• [What to work on]
Once the line containing "v 0.89 -41.1 20.999" has been written out, stop; until then, restate each line of the entries below word for word from the first.

• [Material to process]
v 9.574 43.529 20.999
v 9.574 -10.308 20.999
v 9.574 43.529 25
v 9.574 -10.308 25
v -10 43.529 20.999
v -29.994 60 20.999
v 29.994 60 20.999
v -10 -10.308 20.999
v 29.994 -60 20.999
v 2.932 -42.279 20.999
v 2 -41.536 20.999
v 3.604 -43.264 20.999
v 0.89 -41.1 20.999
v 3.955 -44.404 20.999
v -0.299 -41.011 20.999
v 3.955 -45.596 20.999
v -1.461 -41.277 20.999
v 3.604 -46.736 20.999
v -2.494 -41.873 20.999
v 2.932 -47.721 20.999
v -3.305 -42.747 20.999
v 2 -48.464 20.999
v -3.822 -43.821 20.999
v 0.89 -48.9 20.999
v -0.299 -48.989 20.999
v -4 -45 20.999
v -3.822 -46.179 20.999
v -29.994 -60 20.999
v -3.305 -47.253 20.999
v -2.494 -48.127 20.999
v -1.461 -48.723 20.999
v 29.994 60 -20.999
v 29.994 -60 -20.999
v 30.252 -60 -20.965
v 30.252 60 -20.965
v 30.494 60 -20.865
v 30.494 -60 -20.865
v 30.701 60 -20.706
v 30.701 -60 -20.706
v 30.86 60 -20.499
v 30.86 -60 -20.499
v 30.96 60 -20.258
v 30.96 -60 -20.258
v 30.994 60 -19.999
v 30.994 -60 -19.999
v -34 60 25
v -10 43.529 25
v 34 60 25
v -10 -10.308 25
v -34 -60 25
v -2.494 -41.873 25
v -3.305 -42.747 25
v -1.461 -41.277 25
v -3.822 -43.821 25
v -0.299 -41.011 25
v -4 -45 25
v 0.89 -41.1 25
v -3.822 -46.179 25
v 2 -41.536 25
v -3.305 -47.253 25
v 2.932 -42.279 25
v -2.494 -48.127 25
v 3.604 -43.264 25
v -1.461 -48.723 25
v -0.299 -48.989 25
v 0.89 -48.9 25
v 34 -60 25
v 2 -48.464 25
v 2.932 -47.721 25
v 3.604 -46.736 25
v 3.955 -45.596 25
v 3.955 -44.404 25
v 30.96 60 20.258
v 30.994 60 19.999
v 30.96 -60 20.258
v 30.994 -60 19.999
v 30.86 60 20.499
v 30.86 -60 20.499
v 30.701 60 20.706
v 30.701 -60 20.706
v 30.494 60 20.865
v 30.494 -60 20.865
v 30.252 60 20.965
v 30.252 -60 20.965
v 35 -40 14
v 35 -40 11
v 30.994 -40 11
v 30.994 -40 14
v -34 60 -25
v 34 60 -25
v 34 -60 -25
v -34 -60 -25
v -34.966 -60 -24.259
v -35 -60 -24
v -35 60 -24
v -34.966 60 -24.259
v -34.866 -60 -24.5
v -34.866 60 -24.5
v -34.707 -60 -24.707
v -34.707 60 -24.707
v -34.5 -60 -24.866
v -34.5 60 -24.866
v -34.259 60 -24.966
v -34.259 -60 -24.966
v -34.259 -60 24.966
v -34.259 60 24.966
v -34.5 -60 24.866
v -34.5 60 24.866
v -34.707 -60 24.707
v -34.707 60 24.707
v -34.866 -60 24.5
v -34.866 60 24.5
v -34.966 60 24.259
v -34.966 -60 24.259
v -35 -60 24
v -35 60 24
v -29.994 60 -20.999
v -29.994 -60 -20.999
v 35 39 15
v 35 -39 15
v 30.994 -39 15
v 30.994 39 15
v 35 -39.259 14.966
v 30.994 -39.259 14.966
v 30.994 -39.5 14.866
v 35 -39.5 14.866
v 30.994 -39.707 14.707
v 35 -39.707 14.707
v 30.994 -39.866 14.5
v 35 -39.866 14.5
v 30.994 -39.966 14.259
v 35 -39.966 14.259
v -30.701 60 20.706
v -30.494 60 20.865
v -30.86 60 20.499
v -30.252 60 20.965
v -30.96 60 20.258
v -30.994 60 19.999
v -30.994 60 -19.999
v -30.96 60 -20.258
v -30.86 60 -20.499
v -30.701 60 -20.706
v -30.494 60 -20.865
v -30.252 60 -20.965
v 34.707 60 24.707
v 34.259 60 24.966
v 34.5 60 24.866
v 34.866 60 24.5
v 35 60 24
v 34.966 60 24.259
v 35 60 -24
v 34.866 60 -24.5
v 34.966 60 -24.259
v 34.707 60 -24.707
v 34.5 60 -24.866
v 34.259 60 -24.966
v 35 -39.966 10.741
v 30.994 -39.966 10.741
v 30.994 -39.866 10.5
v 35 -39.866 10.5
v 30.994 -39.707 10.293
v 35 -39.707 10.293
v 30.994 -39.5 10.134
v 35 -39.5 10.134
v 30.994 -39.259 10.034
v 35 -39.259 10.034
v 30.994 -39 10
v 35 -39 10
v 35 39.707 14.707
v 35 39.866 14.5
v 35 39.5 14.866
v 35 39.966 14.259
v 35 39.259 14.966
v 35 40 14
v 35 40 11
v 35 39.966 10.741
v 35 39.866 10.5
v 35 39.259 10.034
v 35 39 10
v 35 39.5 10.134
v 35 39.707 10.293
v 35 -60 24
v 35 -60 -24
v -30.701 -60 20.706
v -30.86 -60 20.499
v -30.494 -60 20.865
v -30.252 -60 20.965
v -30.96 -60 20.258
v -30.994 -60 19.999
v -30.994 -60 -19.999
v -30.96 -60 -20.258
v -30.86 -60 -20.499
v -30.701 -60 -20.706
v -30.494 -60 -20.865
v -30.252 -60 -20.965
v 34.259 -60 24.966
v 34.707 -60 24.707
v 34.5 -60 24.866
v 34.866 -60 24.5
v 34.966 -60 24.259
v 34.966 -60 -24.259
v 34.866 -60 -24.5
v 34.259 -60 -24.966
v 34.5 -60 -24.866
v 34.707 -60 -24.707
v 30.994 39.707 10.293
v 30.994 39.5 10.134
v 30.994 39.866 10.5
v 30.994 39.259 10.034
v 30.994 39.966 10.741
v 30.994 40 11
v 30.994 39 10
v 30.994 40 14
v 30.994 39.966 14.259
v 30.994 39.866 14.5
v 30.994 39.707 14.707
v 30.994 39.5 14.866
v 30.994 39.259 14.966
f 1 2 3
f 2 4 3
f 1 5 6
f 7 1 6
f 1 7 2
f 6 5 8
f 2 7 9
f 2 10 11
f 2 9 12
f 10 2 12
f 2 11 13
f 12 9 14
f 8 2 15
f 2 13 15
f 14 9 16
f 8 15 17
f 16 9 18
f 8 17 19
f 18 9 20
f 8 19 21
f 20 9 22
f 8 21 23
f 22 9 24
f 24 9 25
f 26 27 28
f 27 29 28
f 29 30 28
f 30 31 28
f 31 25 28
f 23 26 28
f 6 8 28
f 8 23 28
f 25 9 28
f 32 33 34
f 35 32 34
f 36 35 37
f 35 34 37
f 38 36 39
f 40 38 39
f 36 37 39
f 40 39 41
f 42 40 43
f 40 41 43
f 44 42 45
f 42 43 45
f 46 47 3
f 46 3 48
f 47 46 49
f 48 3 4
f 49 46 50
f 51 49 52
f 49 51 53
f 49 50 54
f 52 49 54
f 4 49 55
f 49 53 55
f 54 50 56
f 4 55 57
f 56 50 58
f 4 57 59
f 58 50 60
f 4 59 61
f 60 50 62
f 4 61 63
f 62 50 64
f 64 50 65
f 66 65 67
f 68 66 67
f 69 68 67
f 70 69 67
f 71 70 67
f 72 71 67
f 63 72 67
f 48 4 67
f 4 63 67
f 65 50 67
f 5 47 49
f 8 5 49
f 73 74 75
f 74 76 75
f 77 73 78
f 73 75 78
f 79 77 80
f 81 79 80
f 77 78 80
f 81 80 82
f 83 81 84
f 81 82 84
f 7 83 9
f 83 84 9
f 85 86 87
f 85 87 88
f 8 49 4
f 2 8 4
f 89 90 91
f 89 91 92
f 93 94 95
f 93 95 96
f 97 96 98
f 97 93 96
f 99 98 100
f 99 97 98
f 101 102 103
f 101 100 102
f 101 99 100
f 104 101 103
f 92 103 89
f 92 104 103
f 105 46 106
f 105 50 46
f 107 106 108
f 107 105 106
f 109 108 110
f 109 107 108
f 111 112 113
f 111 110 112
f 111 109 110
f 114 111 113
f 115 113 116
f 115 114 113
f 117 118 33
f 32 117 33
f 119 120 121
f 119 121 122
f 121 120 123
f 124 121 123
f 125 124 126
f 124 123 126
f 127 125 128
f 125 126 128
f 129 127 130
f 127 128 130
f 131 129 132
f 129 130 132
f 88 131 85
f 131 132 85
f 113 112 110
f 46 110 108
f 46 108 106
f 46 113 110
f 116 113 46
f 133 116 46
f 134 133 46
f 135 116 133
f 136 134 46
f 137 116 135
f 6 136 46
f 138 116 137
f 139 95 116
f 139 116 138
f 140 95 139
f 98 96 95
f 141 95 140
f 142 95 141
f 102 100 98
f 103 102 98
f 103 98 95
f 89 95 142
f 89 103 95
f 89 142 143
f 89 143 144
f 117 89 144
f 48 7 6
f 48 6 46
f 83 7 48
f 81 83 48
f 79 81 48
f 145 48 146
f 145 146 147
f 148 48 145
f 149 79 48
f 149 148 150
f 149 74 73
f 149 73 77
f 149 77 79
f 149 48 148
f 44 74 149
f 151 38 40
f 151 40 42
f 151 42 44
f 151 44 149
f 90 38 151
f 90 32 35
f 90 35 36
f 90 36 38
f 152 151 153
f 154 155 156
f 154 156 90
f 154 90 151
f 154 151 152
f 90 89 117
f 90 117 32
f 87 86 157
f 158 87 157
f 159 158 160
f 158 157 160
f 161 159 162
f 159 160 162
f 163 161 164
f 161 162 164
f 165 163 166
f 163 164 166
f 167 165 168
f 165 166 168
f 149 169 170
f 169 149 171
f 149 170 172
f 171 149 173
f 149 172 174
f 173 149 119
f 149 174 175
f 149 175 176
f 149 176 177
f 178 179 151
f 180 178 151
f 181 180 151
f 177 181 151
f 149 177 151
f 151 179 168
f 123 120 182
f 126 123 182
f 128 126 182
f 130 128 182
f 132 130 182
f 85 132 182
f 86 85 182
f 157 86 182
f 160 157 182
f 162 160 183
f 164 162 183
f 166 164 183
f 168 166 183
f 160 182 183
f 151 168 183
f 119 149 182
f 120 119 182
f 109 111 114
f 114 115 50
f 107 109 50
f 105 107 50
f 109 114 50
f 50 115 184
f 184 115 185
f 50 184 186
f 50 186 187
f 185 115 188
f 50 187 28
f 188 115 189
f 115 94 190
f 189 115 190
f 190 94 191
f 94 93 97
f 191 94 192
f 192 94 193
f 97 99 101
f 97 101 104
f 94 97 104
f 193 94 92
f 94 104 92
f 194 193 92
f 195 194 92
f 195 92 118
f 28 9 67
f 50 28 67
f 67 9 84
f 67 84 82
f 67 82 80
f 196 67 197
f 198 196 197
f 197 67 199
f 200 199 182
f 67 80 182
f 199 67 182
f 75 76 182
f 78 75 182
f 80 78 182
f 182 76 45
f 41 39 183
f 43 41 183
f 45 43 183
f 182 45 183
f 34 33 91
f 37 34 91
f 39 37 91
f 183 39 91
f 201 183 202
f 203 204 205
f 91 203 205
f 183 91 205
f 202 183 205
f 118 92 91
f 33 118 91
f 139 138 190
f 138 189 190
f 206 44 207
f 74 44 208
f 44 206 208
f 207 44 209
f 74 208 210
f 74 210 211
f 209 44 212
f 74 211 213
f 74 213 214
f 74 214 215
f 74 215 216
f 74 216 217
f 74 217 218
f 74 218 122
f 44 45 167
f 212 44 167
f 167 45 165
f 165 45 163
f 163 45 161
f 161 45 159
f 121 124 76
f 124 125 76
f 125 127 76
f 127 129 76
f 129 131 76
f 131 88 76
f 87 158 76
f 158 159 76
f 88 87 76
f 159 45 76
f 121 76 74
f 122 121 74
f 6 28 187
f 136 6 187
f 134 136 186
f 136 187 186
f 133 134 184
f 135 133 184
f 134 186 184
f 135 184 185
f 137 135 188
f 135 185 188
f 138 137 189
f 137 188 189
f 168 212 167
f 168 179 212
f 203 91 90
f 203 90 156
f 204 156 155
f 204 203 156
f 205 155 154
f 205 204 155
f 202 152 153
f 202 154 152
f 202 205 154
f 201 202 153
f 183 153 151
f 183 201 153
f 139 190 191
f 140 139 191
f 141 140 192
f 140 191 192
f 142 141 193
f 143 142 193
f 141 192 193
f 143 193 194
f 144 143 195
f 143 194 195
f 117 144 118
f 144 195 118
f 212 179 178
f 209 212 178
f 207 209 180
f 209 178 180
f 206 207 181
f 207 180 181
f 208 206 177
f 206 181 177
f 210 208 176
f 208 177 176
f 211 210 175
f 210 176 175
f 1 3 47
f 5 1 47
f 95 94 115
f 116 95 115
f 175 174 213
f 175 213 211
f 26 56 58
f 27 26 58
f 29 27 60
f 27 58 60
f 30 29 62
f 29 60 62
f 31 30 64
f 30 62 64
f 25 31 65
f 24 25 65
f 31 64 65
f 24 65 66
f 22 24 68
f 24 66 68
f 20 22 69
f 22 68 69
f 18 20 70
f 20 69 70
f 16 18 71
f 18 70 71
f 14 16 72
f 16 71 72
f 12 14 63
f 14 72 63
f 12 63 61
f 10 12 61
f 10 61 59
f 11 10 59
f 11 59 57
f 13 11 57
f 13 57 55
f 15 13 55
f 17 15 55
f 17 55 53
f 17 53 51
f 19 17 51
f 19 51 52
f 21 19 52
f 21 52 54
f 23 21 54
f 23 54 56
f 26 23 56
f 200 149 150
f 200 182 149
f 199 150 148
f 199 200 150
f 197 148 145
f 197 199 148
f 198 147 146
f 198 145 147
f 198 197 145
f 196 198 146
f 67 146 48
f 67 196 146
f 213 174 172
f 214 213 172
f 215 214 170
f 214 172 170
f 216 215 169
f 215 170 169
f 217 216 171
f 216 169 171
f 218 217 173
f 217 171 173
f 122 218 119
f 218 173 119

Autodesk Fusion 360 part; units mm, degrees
sketch "Sketch1" plane through (0, 0, 0) normal (0, 1, 0) x (1, 0, 0)
  line L0 (-65, 0) -> (50, 0) construction
  line L1 (-34, -25) -> (34, -25)
  line L2 (35, -24) -> (35, 24)
  line L3 (34, 25) -> (-34, 25)
  line L4 (-35, 24) -> (-35, -24)
  line L5 (-35, 25) -> (35, -25) construction
  line L6 (-35, -25) -> (35, 25) construction
  arc A0 (-35, -24) -> (-34, -25) centre (-34, -24) ccw
  arc A1 (34, -25) -> (35, -24) centre (34, -24) ccw
  arc A2 (35, 24) -> (34, 25) centre (34, 24) ccw
  arc A3 (-34, 25) -> (-35, 24) centre (-34, 24) ccw
  point P0 (-32.7786, 20)
  point P1 (32.2214, 20)
  point P2 (-32.7786, -20)
  dimension "d7" = 70
  dimension "d8" = 50
  dimension "d9" = 1
  dimension "d10" = 1
extrude "Extrude1" add sketch "Sketch1" along normal mid plane 120
sketch "Sketch2" plane through (0, -60, 0) normal (0, -1, 0) x (1, 0, 0)
  arc A0 (-35, -24) -> (-34, -25) centre (-34, -24) ccw
  line L0 (-34, -25) -> (34, -25)
  arc A1 (34, -25) -> (35, -24) centre (34, -24) ccw
  line L1 (35, -24) -> (35, 24)
  arc A2 (35, 24) -> (34, 25) centre (34, 24) ccw
  line L2 (34, 25) -> (-34, 25)
  arc A3 (-34, 25) -> (-35, 24) centre (-34, 24) ccw
  line L3 (-35, 24) -> (-35, -24)
  line L4 (-29.9936, -20.9993) -> (29.9936, -20.9993)
  line L5 (30.9936, -19.9993) -> (30.9936, 19.9993)
  line L6 (29.9936, 20.9993) -> (-29.9936, 20.9993)
  line L7 (-30.9936, 19.9993) -> (-30.9936, -19.9993)
  arc A4 (-29.9936, 20.9993) -> (-30.9936, 19.9993) centre (-29.9936, 19.9993) ccw
  arc A5 (30.9936, 19.9993) -> (29.9936, 20.9993) centre (29.9936, 19.9993) ccw
  arc A6 (29.9936, -20.9993) -> (30.9936, -19.9993) centre (29.9936, -19.9993) ccw
  arc A7 (-30.9936, -19.9993) -> (-29.9936, -20.9993) centre (-29.9936, -19.9993) ccw
  line L8 (-45, 0) -> (50, 0) construction
  line L9 (0, 30) -> (0, -30) construction
  dimension "d11" = 1
extrude "Extrude2" cut sketch "Sketch2" against normal blind 120 contours L4 L5 L6 L7 A4 A5 A6 A7
sketch "Sketch3" plane through (0, 0, 25) normal (0, 0, 1) x (-1, 0, 0)
  line L0 (-34, 60) -> (-34, -60)
  line L1 (-34, -60) -> (34, -60)
  line L2 (34, -60) -> (34, 60)
  line L3 (34, 60) -> (-34, 60)
  circle A0 centre (0, 45) radius 4
  line L4 (10, 10.3084) -> (-9.5736, 10.3084)
  line L5 (-9.5736, 10.3084) -> (-9.5736, -43.5288)
  line L6 (-9.5736, -43.5288) -> (10, -43.5288)
  line L7 (10, -43.5288) -> (10, 10.3084)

• [Reply]
v 9.574 43.529 20.999
v 9.574 -10.308 20.999
v 9.574 43.529 25
v 9.574 -10.308 25
v -10 43.529 20.999
v -29.994 60 20.999
v 29.994 60 20.999
v -10 -10.308 20.999
v 29.994 -60 20.999
v 2.932 -42.279 20.999
v 2 -41.536 20.999
v 3.604 -43.264 20.999
v 0.89 -41.1 20.999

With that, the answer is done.